Segment Start: Data excerpts

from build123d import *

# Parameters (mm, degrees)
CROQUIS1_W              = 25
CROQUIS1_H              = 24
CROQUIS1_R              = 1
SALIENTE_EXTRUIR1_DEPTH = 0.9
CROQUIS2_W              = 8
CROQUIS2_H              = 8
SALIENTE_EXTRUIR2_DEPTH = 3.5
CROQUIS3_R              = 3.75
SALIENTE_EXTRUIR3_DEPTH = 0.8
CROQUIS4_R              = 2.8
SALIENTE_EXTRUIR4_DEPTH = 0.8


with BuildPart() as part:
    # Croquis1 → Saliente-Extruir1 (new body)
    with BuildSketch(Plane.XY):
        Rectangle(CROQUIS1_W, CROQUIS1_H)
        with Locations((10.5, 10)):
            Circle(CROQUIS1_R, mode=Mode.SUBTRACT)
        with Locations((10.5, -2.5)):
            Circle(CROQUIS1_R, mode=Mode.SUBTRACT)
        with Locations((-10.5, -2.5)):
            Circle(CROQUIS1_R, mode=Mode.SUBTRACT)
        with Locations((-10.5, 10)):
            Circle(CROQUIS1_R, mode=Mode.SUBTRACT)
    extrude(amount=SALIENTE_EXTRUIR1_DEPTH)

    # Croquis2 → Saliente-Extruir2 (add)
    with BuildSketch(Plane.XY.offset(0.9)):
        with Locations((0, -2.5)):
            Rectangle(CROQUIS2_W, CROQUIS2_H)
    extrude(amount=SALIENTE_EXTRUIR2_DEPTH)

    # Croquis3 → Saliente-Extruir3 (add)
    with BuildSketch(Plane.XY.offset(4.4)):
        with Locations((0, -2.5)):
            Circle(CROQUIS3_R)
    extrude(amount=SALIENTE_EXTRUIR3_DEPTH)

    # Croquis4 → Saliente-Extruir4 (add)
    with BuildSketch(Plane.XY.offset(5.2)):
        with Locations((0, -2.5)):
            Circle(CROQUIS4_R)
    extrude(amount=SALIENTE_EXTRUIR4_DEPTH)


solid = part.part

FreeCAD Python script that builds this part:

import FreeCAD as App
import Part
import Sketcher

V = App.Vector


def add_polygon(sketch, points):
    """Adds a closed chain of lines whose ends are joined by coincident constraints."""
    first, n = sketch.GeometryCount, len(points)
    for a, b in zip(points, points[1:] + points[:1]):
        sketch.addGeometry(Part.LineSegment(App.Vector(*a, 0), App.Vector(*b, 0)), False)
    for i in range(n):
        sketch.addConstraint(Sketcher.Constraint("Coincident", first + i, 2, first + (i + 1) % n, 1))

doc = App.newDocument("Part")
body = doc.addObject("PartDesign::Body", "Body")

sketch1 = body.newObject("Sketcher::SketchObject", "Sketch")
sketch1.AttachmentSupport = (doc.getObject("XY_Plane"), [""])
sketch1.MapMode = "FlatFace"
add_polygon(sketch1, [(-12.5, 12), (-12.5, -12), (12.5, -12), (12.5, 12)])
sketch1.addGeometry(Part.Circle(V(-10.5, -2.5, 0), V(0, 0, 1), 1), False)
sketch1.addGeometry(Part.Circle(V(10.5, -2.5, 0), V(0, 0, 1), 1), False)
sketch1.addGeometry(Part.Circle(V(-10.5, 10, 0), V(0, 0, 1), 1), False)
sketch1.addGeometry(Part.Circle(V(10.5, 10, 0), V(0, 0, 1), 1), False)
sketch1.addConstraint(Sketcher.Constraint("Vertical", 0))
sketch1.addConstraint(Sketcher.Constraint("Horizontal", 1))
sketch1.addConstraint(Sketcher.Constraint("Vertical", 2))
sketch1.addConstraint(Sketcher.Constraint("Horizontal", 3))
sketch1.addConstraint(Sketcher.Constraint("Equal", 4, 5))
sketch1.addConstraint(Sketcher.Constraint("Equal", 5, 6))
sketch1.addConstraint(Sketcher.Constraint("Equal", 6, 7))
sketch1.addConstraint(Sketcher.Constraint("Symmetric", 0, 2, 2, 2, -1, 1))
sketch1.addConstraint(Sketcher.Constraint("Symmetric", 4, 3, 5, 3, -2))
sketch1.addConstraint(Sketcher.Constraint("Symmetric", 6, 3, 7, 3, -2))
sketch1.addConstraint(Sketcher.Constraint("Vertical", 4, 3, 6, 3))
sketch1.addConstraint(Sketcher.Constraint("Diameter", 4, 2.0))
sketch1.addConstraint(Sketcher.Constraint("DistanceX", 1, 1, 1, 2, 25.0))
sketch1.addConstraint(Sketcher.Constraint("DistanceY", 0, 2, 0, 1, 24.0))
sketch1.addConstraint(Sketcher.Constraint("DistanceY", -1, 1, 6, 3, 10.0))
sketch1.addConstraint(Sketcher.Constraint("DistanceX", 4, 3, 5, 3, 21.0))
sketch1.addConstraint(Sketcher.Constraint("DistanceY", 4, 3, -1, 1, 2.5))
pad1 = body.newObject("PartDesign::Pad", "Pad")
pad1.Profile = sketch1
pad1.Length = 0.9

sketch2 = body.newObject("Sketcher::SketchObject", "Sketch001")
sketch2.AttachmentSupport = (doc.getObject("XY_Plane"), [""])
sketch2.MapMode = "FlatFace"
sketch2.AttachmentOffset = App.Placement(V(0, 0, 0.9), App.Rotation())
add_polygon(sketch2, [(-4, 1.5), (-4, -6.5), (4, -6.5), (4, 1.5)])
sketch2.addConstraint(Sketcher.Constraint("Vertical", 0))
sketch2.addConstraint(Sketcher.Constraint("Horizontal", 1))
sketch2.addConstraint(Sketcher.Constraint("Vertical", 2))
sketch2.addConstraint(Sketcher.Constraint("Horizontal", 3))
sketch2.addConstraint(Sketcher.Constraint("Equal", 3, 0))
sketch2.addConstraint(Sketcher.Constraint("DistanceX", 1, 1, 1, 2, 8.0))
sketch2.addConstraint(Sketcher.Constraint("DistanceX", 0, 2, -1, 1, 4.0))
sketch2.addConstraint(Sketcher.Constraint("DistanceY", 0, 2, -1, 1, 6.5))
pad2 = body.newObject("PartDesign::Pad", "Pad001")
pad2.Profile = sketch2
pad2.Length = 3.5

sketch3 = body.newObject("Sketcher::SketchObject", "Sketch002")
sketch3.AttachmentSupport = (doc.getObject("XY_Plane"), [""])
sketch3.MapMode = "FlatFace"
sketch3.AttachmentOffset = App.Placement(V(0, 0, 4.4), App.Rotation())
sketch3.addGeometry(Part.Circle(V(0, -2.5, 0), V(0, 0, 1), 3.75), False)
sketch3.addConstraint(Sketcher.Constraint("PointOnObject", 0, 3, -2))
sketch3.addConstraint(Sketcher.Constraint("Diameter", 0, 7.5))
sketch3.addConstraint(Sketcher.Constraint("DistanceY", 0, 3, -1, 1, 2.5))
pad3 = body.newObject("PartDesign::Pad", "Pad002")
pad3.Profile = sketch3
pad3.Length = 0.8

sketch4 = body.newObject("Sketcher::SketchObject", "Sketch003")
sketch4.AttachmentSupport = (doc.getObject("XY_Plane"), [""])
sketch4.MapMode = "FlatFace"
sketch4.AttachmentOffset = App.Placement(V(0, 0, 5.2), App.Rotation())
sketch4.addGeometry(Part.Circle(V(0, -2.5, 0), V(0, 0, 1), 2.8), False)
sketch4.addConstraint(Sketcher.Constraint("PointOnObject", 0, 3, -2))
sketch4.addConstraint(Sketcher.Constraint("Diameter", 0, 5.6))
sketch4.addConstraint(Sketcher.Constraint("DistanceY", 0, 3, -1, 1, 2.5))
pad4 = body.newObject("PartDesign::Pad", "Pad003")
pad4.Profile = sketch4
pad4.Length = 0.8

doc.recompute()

Segment End: Data excerpts

Please give again only the lines from the start of the material through the line holding "SALIENTE_EXTRUIR2_DEPTH = 3.5", exactly as they are written.

▸ Your solution
from build123d import *

# Parameters (mm, degrees)
CROQUIS1_W              = 25
CROQUIS1_H              = 24
CROQUIS1_R              = 1
SALIENTE_EXTRUIR1_DEPTH = 0.9
CROQUIS2_W              = 8
CROQUIS2_H              = 8
SALIENTE_EXTRUIR2_DEPTH = 3.5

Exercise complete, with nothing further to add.